**WHAT TO DO:** Count the lines in the records below that contain the word "normal", and give only that number.

**SUPPLIED MATERIAL:**
________________________________________
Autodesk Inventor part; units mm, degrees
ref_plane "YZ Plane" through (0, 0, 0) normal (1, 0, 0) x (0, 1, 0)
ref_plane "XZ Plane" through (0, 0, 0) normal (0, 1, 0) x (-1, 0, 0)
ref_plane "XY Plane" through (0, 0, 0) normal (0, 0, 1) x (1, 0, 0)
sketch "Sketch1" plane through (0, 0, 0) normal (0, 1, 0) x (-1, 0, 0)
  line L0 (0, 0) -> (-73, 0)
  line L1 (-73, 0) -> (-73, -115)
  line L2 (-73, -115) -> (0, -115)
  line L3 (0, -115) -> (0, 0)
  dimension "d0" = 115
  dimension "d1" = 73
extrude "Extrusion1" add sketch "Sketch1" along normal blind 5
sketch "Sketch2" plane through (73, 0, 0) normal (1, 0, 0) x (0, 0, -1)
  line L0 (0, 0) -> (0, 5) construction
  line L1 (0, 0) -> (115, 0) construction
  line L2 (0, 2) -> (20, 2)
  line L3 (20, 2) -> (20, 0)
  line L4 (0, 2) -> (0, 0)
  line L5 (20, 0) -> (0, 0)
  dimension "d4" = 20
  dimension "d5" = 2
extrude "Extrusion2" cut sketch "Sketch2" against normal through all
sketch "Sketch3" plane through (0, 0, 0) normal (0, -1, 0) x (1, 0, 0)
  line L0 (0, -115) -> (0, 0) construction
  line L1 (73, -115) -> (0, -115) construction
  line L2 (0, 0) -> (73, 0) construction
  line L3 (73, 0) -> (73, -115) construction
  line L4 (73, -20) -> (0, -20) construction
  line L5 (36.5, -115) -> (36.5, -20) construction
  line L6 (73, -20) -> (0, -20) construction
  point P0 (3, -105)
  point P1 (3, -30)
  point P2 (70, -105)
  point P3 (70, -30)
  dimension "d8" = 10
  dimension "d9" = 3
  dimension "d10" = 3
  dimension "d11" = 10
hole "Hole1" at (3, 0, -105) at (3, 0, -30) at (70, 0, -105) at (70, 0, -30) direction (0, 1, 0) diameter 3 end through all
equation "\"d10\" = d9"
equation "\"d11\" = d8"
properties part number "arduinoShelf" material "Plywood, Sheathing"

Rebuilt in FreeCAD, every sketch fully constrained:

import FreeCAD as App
import Part
import Sketcher
from FreeCAD import Vector

doc = App.newDocument("Part")
body = doc.addObject("PartDesign::Body", "Body")

sketch1 = doc.addObject("Sketcher::SketchObject", "Sketch")
body.addObject(sketch1)
sketch1.AttachmentSupport = (doc.XZ_Plane, [""])
sketch1.MapMode = "FlatFace"
sketch1.addGeometry(Part.LineSegment(Vector(0, -115, 0), Vector(0, 0, 0)), False)
sketch1.addGeometry(Part.LineSegment(Vector(0, 0, 0), Vector(73, 0, 0)), False)
sketch1.addGeometry(Part.LineSegment(Vector(73, 0, 0), Vector(73, -115, 0)), False)
sketch1.addGeometry(Part.LineSegment(Vector(73, -115, 0), Vector(0, -115, 0)), False)
sketch1.addConstraint(Sketcher.Constraint("Coincident", 0, 2, 1, 1))
sketch1.addConstraint(Sketcher.Constraint("Coincident", 1, 2, 2, 1))
sketch1.addConstraint(Sketcher.Constraint("Coincident", 2, 2, 3, 1))
sketch1.addConstraint(Sketcher.Constraint("Coincident", 3, 2, 0, 1))
sketch1.addConstraint(Sketcher.Constraint("Vertical", 0))
sketch1.addConstraint(Sketcher.Constraint("Horizontal", 1))
sketch1.addConstraint(Sketcher.Constraint("Vertical", 2))
sketch1.addConstraint(Sketcher.Constraint("Horizontal", 3))
sketch1.addConstraint(Sketcher.Constraint("Coincident", 0, 2, -1, 1))
sketch1.addConstraint(Sketcher.Constraint("DistanceX", 1, 1, 1, 2, 73.0))
sketch1.addConstraint(Sketcher.Constraint("DistanceY", 0, 1, 0, 2, 115.0))
pad1 = doc.addObject("PartDesign::Pad", "Pad")
body.addObject(pad1)
pad1.Profile = sketch1
pad1.Length = 5
pad1.Reversed = True

sketch2 = doc.addObject("Sketcher::SketchObject", "Sketch001")
body.addObject(sketch2)
sketch2.AttachmentSupport = (doc.YZ_Plane, [""])
sketch2.MapMode = "FlatFace"
sketch2.AttachmentOffset = App.Placement(Vector(0, 0, 73), App.Rotation())
sketch2.addGeometry(Part.LineSegment(Vector(2, -20, 0), Vector(2, 0, 0)), False)
sketch2.addGeometry(Part.LineSegment(Vector(2, 0, 0), Vector(0, 0, 0)), False)
sketch2.addGeometry(Part.LineSegment(Vector(0, 0, 0), Vector(0, -20, 0)), False)
sketch2.addGeometry(Part.LineSegment(Vector(0, -20, 0), Vector(2, -20, 0)), False)
sketch2.addConstraint(Sketcher.Constraint("Coincident", 0, 2, 1, 1))
sketch2.addConstraint(Sketcher.Constraint("Coincident", 1, 2, 2, 1))
sketch2.addConstraint(Sketcher.Constraint("Coincident", 2, 2, 3, 1))
sketch2.addConstraint(Sketcher.Constraint("Coincident", 3, 2, 0, 1))
sketch2.addConstraint(Sketcher.Constraint("Vertical", 0))
sketch2.addConstraint(Sketcher.Constraint("Horizontal", 1))
sketch2.addConstraint(Sketcher.Constraint("Vertical", 2))
sketch2.addConstraint(Sketcher.Constraint("Horizontal", 3))
sketch2.addConstraint(Sketcher.Constraint("Coincident", 1, 2, -1, 1))
sketch2.addConstraint(Sketcher.Constraint("DistanceX", 1, 2, 1, 1, 2.0))
sketch2.addConstraint(Sketcher.Constraint("DistanceY", 0, 1, 0, 2, 20.0))
pocket1 = doc.addObject("PartDesign::Pocket", "Pocket")
body.addObject(pocket1)
pocket1.Profile = sketch2
pocket1.Type = "ThroughAll"

sketch3 = doc.addObject("Sketcher::SketchObject", "Sketch002")
body.addObject(sketch3)
sketch3.AttachmentSupport = (doc.XZ_Plane, [""])
sketch3.MapMode = "FlatFace"
sketch3.addGeometry(Part.Circle(Vector(3, -105, 0), Vector(0, 0, 1), 1.5), False)
sketch3.addGeometry(Part.Circle(Vector(3, -30, 0), Vector(0, 0, 1), 1.5), False)
sketch3.addGeometry(Part.Circle(Vector(70, -105, 0), Vector(0, 0, 1), 1.5), False)
sketch3.addGeometry(Part.Circle(Vector(70, -30, 0), Vector(0, 0, 1), 1.5), False)
sketch3.addConstraint(Sketcher.Constraint("Equal", 0, 1))
sketch3.addConstraint(Sketcher.Constraint("Equal", 1, 2))
sketch3.addConstraint(Sketcher.Constraint("Equal", 2, 3))
sketch3.addConstraint(Sketcher.Constraint("Horizontal", 0, 3, 2, 3))
sketch3.addConstraint(Sketcher.Constraint("Horizontal", 1, 3, 3, 3))
sketch3.addConstraint(Sketcher.Constraint("Vertical", 0, 3, 1, 3))
sketch3.addConstraint(Sketcher.Constraint("Vertical", 2, 3, 3, 3))
sketch3.addConstraint(Sketcher.Constraint("Diameter", 0, 3.0))
sketch3.addConstraint(Sketcher.Constraint("DistanceX", -1, 1, 0, 3, 3.0))
sketch3.addConstraint(Sketcher.Constraint("DistanceY", 0, 3, -1, 1, 105.0))
sketch3.addConstraint(Sketcher.Constraint("DistanceY", 1, 3, -1, 1, 30.0))
sketch3.addConstraint(Sketcher.Constraint("DistanceX", -1, 1, 2, 3, 70.0))
doc.recompute()
hole = doc.addObject("PartDesign::Hole", "Hole")
body.addObject(hole)
hole.Profile = sketch3
hole.ThreadType = "None"
hole.Diameter = 3
hole.DepthType = "ThroughAll"

doc.recompute()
________________________________________
**RESPONSE TO THE EXERCISE:** 8